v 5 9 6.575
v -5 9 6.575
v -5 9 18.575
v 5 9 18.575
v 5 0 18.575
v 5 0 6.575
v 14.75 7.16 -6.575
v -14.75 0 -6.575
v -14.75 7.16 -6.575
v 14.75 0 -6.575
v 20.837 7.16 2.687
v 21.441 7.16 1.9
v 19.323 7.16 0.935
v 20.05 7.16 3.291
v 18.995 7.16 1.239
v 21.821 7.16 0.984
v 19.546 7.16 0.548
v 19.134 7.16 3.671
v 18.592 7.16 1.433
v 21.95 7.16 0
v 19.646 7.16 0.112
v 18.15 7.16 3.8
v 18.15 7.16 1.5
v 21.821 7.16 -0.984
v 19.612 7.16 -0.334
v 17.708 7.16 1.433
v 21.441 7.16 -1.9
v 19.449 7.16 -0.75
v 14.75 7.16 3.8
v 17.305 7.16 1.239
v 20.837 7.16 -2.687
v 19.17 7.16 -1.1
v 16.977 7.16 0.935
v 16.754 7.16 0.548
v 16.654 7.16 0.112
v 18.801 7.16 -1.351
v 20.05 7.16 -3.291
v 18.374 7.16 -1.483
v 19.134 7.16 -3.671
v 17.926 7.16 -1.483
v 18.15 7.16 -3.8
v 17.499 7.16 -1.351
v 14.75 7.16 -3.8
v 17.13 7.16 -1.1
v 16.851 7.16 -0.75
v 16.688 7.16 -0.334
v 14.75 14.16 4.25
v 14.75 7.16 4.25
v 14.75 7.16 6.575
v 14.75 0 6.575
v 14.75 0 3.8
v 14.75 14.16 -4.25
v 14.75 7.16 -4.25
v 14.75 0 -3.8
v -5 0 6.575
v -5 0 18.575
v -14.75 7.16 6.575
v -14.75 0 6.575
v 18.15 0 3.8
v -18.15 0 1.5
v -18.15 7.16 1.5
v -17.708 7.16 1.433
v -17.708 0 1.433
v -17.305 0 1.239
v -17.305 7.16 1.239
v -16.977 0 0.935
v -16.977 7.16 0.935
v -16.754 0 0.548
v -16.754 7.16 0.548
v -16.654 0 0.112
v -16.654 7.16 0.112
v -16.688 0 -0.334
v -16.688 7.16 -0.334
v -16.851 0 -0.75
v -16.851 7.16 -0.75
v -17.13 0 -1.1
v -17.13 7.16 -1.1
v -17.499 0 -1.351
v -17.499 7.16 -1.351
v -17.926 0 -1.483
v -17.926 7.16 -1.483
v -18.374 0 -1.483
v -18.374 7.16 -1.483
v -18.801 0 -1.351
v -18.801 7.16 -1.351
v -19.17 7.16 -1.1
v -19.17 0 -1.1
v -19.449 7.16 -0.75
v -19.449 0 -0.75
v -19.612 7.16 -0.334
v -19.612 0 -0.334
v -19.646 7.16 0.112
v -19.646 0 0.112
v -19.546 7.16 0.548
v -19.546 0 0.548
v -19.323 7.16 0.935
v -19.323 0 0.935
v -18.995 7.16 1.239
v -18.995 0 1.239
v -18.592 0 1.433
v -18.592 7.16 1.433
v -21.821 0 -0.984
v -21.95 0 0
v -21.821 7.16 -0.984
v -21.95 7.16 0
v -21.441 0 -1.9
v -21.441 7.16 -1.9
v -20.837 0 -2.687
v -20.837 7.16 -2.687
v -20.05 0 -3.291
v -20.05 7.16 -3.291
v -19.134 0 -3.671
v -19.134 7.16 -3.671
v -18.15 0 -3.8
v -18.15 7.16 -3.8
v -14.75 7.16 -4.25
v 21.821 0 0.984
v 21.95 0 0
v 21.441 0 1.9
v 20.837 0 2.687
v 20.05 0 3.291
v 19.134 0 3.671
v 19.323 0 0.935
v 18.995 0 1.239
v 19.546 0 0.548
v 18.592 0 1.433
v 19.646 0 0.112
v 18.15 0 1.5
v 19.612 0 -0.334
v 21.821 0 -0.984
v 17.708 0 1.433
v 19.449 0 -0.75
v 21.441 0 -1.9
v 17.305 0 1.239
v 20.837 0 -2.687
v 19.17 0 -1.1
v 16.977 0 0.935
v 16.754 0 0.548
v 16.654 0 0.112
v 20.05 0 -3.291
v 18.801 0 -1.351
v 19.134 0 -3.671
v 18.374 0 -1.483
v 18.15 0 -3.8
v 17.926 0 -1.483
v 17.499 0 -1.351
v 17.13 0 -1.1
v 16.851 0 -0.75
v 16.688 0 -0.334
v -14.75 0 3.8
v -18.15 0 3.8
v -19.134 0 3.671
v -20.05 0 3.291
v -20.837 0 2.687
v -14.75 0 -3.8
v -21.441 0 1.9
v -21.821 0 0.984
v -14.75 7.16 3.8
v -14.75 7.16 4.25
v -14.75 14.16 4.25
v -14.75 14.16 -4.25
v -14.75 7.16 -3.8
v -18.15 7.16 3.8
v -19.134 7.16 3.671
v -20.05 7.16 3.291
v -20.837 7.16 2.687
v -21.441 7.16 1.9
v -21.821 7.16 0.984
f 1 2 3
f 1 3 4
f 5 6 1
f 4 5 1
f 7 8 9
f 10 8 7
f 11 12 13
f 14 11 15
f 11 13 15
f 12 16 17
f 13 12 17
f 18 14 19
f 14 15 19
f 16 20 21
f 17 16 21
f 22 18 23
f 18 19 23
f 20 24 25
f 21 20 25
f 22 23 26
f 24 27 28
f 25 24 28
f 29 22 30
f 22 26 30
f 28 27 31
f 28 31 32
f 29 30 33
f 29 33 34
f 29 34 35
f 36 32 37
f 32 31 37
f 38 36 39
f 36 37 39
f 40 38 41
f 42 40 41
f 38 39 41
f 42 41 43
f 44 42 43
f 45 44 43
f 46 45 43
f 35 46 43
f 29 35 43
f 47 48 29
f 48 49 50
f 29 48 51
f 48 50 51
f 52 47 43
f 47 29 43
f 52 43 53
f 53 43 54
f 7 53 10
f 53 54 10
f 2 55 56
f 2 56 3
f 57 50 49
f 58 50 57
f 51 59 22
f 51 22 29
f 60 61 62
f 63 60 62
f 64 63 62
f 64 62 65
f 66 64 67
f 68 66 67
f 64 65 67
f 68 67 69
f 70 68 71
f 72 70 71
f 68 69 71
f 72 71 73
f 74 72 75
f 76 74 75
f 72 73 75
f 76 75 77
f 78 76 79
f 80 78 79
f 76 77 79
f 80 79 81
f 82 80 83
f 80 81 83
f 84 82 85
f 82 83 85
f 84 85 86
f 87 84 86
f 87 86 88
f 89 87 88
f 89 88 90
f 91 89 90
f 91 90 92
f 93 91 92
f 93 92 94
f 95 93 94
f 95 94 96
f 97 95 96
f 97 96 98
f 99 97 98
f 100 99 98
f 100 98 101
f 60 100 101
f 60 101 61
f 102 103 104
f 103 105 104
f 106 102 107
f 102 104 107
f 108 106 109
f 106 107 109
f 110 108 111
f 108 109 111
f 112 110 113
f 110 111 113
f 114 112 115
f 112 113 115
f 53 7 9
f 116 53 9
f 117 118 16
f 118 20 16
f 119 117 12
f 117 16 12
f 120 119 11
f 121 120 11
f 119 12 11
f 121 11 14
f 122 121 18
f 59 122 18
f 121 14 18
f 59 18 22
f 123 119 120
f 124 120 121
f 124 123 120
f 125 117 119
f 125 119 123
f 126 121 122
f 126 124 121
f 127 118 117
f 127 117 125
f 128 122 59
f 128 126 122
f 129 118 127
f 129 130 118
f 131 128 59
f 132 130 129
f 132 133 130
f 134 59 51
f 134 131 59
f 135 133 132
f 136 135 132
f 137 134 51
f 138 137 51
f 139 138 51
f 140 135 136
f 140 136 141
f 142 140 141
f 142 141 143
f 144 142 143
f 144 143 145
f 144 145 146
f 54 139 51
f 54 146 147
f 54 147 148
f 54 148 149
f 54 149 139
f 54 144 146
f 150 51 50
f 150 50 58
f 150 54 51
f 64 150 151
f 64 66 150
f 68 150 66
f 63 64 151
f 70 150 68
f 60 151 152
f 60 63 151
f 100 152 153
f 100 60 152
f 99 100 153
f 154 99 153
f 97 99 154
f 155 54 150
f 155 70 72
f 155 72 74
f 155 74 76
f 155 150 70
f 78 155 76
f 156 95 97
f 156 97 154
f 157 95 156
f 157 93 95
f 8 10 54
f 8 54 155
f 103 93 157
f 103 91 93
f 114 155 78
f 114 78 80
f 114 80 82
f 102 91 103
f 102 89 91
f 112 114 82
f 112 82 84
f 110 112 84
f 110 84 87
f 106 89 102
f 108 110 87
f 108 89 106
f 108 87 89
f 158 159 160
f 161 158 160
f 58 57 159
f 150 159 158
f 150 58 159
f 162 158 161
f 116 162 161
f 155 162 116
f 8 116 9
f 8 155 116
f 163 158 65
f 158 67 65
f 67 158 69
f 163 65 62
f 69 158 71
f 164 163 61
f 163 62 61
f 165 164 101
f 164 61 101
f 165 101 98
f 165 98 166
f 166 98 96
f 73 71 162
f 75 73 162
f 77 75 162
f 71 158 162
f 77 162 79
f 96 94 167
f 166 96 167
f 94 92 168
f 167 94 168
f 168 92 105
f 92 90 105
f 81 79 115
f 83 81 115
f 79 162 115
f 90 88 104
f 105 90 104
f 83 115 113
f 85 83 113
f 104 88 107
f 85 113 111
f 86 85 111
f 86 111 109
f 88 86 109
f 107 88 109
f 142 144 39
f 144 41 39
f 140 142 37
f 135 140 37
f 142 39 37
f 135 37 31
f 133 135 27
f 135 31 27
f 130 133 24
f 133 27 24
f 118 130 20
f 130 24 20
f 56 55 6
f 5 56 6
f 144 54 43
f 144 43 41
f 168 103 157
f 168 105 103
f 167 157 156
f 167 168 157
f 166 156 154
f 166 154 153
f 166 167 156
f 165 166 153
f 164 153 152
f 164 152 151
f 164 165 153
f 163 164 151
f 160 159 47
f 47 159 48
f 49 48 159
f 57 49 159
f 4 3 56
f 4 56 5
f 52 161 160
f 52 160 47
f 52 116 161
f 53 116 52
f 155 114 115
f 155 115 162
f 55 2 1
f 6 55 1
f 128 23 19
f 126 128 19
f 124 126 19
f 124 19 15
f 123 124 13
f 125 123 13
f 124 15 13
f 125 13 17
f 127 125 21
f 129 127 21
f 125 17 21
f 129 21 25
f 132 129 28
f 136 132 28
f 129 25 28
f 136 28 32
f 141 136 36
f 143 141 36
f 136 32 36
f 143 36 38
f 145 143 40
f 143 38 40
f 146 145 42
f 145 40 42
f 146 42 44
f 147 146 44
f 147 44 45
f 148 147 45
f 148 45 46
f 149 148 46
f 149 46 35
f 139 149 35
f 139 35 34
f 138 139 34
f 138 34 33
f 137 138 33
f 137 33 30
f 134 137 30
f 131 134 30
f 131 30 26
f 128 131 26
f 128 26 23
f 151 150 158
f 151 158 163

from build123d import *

# Parameters (mm, degrees)
BOSS_EXTRUDE1_DEPTH = 7.16
FILLET2_R           = 3.8
FILLET3_R           = 3.8
FILLET4_R           = 3.8
FILLET5_R           = 3.8
SKETCH2_W           = 29.5
SKETCH2_H           = 8.5
BOSS_EXTRUDE2_DEPTH = 7
SKETCH3_W           = 10
SKETCH3_H           = 9
BOSS_EXTRUDE4_DEPTH = 12
SKETCH4_R           = 1.5
CUT_EXTRUDE1_DEPTH  = 9


with BuildPart() as part:
    # Sketch1 → Boss-Extrude1 (new body)
    with BuildSketch(Plane(origin=(0, 0, 0), x_dir=(1, 0, 0), z_dir=(0, 1, 0))):
        Polygon((21.95, -3.8), (14.75, -3.8), (14.75, -6.575), (-14.75, -6.575), (-14.75, -3.8), (-21.95, -3.8), (-21.95, 3.8), (-14.75, 3.8), (-14.75, 6.575), (14.75, 6.575), (14.75, 3.8), (21.95, 3.8), align=None)
    extrude(amount=BOSS_EXTRUDE1_DEPTH)

    # Fillet2
    fillet2_edges = [part.edges().sort_by_distance(p)[0] for p in [
        (-21.95, 3.58, -3.8),
    ]]
    fillet(fillet2_edges, radius=FILLET2_R)

    # Fillet3
    fillet3_edges = [part.edges().sort_by_distance(p)[0] for p in [
        (-21.95, 3.58, 3.8),
    ]]
    fillet(fillet3_edges, radius=FILLET3_R - 0.0001)  # a hair under: the kernel refuses the full size

    # Fillet4
    fillet4_edges = [part.edges().sort_by_distance(p)[0] for p in [
        (21.95, 3.58, -3.8),
    ]]
    fillet(fillet4_edges, radius=FILLET4_R)

    # Fillet5
    fillet5_edges = [part.edges().sort_by_distance(p)[0] for p in [
        (21.95, 3.58, 3.8),
    ]]
    fillet(fillet5_edges, radius=FILLET5_R - 0.0001)  # a hair under: the kernel refuses the full size

    # Sketch2 → Boss-Extrude2 (add)
    with BuildSketch(Plane(origin=(0, 7.16, 0), x_dir=(1, 0, 0), z_dir=(0, 1, 0))):
        Rectangle(SKETCH2_W, SKETCH2_H)
    extrude(amount=BOSS_EXTRUDE2_DEPTH)

    # Sketch4 → Cut-Extrude1 (cut)
    with BuildSketch(Plane(origin=(0, 7.16, 0), x_dir=(1, 0, 0), z_dir=(0, 1, 0))):
        with Locations(Location((-18.15, 0, 0), (0, 0, 270))):
            Circle(SKETCH4_R)
        with Locations(Location((18.15, 0, 0), (0, 0, 270))):
            Circle(SKETCH4_R)
    extrude(amount=-CUT_EXTRUDE1_DEPTH, mode=Mode.SUBTRACT)


with BuildPart() as body_2:
    # Sketch3 → Boss-Extrude4 (new body)
    with BuildSketch(Plane.XY.offset(6.575)):
        with Locations((0, 4.5)):
            Rectangle(SKETCH3_W, SKETCH3_H)
    extrude(amount=BOSS_EXTRUDE4_DEPTH)


solid = Compound([part.part, body_2.part])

**TASK DIRECTIONS:** In the listing above, transcribe exactly everything from the line containing "v -19.134 0 -3.671" down to the line containing "v 21.821 0 -0.984", including both and nothing more.

**COMPLETED EXERCISE:**
v -19.134 0 -3.671
v -19.134 7.16 -3.671
v -18.15 0 -3.8
v -18.15 7.16 -3.8
v -14.75 7.16 -4.25
v 21.821 0 0.984
v 21.95 0 0
v 21.441 0 1.9
v 20.837 0 2.687
v 20.05 0 3.291
v 19.134 0 3.671
v 19.323 0 0.935
v 18.995 0 1.239
v 19.546 0 0.548
v 18.592 0 1.433
v 19.646 0 0.112
v 18.15 0 1.5
v 19.612 0 -0.334
v 21.821 0 -0.984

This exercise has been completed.